- [Problem requirements] What you give back should be exactly the opening lines of the data, ending with the line that contains "v 2.1914 -1.8751 1.9568" and including it.

------------------------------

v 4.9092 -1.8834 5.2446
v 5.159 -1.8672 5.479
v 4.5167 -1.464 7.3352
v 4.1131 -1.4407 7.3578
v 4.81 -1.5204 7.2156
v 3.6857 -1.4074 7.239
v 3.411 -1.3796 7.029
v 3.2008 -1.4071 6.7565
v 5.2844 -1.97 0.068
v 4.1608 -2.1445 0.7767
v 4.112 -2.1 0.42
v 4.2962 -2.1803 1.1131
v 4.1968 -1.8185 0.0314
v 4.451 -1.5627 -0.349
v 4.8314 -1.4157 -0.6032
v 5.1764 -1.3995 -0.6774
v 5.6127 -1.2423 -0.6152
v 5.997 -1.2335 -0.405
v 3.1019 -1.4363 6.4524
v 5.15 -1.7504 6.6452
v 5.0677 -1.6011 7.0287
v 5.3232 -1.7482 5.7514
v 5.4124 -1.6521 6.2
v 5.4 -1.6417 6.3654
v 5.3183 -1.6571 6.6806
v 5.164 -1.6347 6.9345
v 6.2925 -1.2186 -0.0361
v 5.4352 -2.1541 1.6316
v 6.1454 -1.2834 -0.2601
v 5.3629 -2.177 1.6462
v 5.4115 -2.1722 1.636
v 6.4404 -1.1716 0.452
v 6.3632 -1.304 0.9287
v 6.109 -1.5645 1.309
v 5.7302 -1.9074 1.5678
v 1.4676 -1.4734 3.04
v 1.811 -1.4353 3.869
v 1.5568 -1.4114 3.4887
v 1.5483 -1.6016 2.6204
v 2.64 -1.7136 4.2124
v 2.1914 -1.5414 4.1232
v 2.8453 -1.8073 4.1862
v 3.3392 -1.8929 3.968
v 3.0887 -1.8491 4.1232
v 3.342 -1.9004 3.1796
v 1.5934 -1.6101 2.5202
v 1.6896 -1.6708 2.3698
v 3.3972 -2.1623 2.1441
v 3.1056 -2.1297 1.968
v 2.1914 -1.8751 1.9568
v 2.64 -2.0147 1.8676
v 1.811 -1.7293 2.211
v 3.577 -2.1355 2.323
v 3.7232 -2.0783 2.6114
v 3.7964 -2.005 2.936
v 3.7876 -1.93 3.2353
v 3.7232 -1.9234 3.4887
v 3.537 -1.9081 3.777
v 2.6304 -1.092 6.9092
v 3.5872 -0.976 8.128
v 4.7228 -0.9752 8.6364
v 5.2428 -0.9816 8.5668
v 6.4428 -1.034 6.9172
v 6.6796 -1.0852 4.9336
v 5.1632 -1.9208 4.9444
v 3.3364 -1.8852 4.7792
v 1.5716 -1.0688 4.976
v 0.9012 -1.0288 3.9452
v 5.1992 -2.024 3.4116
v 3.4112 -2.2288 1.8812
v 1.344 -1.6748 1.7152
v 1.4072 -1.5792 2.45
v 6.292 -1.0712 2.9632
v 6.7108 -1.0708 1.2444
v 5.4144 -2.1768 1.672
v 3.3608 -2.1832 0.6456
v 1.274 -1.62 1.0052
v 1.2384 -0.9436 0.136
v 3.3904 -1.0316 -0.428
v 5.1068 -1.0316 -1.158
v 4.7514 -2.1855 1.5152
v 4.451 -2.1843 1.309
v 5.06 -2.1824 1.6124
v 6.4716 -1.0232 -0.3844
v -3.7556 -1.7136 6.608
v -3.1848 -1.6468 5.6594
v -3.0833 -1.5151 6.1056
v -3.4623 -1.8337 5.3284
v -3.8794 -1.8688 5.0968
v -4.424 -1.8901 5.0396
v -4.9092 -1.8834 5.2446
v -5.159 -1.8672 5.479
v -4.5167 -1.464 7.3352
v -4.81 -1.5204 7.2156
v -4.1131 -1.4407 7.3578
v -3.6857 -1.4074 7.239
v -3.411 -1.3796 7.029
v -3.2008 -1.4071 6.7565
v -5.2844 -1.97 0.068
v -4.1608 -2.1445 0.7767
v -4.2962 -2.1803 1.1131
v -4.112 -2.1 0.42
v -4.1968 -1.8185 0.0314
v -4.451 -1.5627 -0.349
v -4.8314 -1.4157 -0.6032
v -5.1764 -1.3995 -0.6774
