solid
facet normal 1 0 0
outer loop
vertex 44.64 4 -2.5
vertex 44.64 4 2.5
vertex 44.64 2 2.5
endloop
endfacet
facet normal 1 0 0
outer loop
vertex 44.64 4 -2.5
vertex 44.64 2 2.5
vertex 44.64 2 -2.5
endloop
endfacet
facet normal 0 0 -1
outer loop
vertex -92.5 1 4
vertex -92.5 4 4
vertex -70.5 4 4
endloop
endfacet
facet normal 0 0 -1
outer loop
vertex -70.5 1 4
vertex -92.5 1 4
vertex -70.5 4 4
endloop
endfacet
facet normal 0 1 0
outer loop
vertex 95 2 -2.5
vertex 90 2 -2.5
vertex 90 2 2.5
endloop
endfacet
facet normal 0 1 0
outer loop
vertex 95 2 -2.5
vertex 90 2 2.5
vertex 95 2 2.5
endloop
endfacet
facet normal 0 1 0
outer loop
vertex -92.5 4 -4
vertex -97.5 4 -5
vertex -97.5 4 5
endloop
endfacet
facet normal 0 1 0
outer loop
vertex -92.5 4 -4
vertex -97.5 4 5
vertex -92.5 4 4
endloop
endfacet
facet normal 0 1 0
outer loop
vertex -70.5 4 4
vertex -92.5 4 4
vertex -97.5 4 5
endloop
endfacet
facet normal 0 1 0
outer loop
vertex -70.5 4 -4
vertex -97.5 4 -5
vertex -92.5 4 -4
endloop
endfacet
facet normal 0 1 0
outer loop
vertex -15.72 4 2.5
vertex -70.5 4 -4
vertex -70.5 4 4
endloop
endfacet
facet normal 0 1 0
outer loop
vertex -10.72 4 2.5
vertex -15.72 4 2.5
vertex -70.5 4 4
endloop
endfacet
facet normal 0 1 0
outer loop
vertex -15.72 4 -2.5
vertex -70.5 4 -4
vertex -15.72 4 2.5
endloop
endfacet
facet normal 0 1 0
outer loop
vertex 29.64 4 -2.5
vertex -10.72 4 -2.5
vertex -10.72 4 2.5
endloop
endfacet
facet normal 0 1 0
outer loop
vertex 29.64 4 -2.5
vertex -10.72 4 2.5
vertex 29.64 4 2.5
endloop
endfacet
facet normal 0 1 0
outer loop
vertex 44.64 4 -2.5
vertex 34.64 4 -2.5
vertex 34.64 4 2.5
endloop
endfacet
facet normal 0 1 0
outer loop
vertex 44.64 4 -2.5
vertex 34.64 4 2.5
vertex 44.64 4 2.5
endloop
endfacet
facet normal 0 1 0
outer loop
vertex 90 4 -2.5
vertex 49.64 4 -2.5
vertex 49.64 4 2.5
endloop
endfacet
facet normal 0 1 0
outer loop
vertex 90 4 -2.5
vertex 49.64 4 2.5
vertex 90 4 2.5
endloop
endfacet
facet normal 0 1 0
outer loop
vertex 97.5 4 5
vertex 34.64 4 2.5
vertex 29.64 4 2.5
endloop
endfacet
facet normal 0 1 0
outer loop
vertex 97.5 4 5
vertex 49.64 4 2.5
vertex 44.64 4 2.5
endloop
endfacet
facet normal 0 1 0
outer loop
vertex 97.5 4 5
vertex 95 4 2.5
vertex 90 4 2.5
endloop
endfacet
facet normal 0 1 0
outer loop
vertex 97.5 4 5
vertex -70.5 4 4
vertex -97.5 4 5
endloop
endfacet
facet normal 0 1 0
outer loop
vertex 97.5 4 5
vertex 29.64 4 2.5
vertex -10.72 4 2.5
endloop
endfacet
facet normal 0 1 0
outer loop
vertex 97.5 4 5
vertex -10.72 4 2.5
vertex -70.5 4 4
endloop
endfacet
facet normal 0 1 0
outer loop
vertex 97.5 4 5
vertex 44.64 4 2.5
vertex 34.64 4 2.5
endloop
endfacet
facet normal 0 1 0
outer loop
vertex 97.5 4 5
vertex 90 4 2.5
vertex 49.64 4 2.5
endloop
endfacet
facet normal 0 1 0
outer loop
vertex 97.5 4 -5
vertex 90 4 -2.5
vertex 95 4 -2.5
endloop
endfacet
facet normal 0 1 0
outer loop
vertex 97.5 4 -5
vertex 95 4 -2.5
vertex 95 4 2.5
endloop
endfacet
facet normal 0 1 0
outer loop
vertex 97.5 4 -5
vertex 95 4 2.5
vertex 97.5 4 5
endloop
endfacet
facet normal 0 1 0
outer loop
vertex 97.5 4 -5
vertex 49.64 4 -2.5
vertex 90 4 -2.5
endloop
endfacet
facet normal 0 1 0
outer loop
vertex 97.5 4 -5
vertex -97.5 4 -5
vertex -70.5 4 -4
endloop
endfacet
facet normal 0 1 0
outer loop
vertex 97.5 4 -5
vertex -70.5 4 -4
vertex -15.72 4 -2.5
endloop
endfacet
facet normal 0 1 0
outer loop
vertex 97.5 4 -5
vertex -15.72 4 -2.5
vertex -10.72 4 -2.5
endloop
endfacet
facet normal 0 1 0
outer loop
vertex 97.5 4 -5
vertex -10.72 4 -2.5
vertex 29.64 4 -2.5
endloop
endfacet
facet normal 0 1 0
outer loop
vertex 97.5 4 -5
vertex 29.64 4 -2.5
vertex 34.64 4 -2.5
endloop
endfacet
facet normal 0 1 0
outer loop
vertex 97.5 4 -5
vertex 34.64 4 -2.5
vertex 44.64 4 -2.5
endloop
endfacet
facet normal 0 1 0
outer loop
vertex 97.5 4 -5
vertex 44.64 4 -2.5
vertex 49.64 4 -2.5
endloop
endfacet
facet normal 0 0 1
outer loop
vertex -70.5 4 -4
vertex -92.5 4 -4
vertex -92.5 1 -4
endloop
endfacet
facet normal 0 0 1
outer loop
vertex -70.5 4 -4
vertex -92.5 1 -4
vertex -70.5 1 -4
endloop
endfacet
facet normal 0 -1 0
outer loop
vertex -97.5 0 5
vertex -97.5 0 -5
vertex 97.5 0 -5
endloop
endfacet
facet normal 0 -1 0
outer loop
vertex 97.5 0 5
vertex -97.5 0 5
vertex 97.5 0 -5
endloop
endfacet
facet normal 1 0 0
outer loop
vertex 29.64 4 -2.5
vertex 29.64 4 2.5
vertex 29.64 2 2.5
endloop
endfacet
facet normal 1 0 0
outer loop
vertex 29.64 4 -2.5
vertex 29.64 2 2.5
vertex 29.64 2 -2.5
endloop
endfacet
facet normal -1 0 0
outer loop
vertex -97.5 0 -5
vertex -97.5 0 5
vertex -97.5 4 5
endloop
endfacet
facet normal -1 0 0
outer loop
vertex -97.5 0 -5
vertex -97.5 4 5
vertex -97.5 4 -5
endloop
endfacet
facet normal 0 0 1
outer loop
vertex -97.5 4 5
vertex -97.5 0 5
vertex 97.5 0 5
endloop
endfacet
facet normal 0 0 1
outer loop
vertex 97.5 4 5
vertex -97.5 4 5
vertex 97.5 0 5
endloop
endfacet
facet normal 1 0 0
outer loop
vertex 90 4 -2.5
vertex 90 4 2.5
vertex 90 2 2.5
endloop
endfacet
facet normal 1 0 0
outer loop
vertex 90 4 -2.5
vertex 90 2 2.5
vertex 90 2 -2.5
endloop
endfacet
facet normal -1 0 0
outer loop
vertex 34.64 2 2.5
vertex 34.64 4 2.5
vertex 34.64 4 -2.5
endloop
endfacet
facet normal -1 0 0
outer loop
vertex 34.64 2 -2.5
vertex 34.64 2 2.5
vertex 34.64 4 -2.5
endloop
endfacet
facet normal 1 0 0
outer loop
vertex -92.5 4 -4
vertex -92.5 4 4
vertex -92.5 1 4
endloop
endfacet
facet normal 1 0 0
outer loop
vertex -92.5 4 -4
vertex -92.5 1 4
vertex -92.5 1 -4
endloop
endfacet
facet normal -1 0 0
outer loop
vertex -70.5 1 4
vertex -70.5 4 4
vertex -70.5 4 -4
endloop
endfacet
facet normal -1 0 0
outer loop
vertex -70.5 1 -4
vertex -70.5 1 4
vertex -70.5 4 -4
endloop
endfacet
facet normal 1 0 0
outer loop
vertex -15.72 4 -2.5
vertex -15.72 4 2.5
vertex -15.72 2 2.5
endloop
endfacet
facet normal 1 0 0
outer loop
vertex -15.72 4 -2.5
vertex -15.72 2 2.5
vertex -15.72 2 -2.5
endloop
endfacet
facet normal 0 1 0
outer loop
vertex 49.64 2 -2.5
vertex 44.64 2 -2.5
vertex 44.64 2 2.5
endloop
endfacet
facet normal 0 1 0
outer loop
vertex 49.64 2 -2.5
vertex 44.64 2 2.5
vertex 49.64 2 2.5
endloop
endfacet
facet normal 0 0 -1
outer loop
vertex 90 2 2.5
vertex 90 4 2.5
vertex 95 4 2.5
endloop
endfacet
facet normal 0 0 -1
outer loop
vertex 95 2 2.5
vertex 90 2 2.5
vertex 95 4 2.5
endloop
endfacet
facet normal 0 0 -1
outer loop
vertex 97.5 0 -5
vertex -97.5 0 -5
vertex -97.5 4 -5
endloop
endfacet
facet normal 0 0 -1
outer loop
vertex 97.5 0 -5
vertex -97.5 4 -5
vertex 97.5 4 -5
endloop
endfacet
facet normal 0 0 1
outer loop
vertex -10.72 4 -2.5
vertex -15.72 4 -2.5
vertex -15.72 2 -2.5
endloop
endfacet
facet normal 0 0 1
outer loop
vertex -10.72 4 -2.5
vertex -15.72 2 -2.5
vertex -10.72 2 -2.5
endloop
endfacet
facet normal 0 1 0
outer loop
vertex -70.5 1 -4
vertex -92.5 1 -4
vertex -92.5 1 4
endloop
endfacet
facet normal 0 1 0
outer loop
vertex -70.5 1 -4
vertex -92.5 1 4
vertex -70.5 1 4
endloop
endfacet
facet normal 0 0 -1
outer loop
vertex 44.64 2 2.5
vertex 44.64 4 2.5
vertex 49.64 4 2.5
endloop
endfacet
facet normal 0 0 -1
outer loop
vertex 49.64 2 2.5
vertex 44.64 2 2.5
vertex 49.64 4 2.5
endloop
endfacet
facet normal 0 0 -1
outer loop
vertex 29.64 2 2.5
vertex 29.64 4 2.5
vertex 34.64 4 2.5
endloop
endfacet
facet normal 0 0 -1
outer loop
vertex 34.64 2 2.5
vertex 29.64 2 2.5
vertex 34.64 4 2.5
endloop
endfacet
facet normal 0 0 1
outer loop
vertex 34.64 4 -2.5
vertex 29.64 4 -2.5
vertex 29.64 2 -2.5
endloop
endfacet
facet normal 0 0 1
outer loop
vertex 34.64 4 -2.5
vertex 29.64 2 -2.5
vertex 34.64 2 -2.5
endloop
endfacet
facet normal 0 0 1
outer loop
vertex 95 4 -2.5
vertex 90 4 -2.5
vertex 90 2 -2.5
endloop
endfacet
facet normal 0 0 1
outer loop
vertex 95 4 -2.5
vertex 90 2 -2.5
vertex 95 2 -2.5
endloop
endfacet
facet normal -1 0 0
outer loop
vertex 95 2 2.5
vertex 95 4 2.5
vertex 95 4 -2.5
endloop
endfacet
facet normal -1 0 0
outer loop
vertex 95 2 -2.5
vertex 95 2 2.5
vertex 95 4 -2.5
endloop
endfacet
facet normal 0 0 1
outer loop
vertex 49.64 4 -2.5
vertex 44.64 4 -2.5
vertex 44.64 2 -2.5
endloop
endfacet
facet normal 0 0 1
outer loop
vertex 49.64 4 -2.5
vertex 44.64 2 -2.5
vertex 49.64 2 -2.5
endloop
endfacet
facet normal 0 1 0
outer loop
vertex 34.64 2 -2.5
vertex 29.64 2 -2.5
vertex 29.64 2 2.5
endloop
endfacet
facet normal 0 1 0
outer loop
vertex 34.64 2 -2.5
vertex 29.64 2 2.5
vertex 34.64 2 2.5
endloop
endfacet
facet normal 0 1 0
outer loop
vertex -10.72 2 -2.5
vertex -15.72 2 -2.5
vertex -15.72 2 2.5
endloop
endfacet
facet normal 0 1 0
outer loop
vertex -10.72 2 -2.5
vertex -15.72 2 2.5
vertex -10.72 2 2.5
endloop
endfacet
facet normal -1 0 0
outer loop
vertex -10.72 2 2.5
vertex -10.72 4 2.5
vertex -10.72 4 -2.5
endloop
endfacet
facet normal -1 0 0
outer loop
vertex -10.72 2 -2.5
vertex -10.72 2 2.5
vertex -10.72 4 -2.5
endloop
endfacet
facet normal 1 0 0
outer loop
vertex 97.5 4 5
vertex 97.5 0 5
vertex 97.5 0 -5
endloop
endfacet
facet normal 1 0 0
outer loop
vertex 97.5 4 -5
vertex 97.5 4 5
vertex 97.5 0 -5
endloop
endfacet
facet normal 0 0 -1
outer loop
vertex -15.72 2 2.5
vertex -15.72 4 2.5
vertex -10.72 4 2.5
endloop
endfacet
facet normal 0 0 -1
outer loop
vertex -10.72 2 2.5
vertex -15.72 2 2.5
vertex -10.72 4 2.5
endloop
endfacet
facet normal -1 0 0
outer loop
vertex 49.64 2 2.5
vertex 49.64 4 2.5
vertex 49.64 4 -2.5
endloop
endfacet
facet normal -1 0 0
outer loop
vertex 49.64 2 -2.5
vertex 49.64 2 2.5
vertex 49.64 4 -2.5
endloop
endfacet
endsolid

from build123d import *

# Parameters (mm, degrees)
SKETCH_1_W          = 195
SKETCH_1_H          = 10
EXTRUDE_1_DEPTH     = 4
SKETCH_2_W          = 22
SKETCH_2_H          = 8
CUT_EXTRUDE_1_DEPTH = 3
SKETCH_3_W          = 5
SKETCH_3_H          = 5
CUT_EXTRUDE_2_DEPTH = 2


with BuildPart() as part:
    # 草图1 → 凸台-拉伸1 (new body)
    with BuildSketch(Plane(origin=(0, 0, 0), x_dir=(1, 0, 0), z_dir=(0, 1, 0))):
        Rectangle(SKETCH_1_W, SKETCH_1_H)
    extrude(amount=EXTRUDE_1_DEPTH)

    # 草图2 → 切除-拉伸1 (cut)
    with BuildSketch(Plane(origin=(0, 4, 0), x_dir=(1, 0, 0), z_dir=(0, 1, 0))):
        with Locations((-81.5, 0)):
            Rectangle(SKETCH_2_W, SKETCH_2_H)
    extrude(amount=-CUT_EXTRUDE_1_DEPTH, mode=Mode.SUBTRACT)

    # 草图3 → 切除-拉伸2 (cut)
    with BuildSketch(Plane(origin=(0, 4, 0), x_dir=(1, 0, 0), z_dir=(0, 1, 0))):
        with Locations((92.5, 0)):
            Rectangle(SKETCH_3_W, SKETCH_3_H)
        with Locations((47.14, 0)):
            Rectangle(SKETCH_3_W, SKETCH_3_H)
        with Locations((-13.22, 0)):
            Rectangle(SKETCH_3_W, SKETCH_3_H)
        with Locations((32.14, 0)):
            Rectangle(SKETCH_3_W, SKETCH_3_H)
    extrude(amount=-CUT_EXTRUDE_2_DEPTH, mode=Mode.SUBTRACT)


solid = part.part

------------------------------

- [Reply]
v 4.9092 -1.8834 5.2446
v 5.159 -1.8672 5.479
v 4.5167 -1.464 7.3352
v 4.1131 -1.4407 7.3578
v 4.81 -1.5204 7.2156
v 3.6857 -1.4074 7.239
v 3.411 -1.3796 7.029
v 3.2008 -1.4071 6.7565
v 5.2844 -1.97 0.068
v 4.1608 -2.1445 0.7767
v 4.112 -2.1 0.42
v 4.2962 -2.1803 1.1131
v 4.1968 -1.8185 0.0314
v 4.451 -1.5627 -0.349
v 4.8314 -1.4157 -0.6032
v 5.1764 -1.3995 -0.6774
v 5.6127 -1.2423 -0.6152
v 5.997 -1.2335 -0.405
v 3.1019 -1.4363 6.4524
v 5.15 -1.7504 6.6452
v 5.0677 -1.6011 7.0287
v 5.3232 -1.7482 5.7514
v 5.4124 -1.6521 6.2
v 5.4 -1.6417 6.3654
v 5.3183 -1.6571 6.6806
v 5.164 -1.6347 6.9345
v 6.2925 -1.2186 -0.0361
v 5.4352 -2.1541 1.6316
v 6.1454 -1.2834 -0.2601
v 5.3629 -2.177 1.6462
v 5.4115 -2.1722 1.636
v 6.4404 -1.1716 0.452
v 6.3632 -1.304 0.9287
v 6.109 -1.5645 1.309
v 5.7302 -1.9074 1.5678
v 1.4676 -1.4734 3.04
v 1.811 -1.4353 3.869
v 1.5568 -1.4114 3.4887
v 1.5483 -1.6016 2.6204
v 2.64 -1.7136 4.2124
v 2.1914 -1.5414 4.1232
v 2.8453 -1.8073 4.1862
v 3.3392 -1.8929 3.968
v 3.0887 -1.8491 4.1232
v 3.342 -1.9004 3.1796
v 1.5934 -1.6101 2.5202
v 1.6896 -1.6708 2.3698
v 3.3972 -2.1623 2.1441
v 3.1056 -2.1297 1.968
v 2.1914 -1.8751 1.9568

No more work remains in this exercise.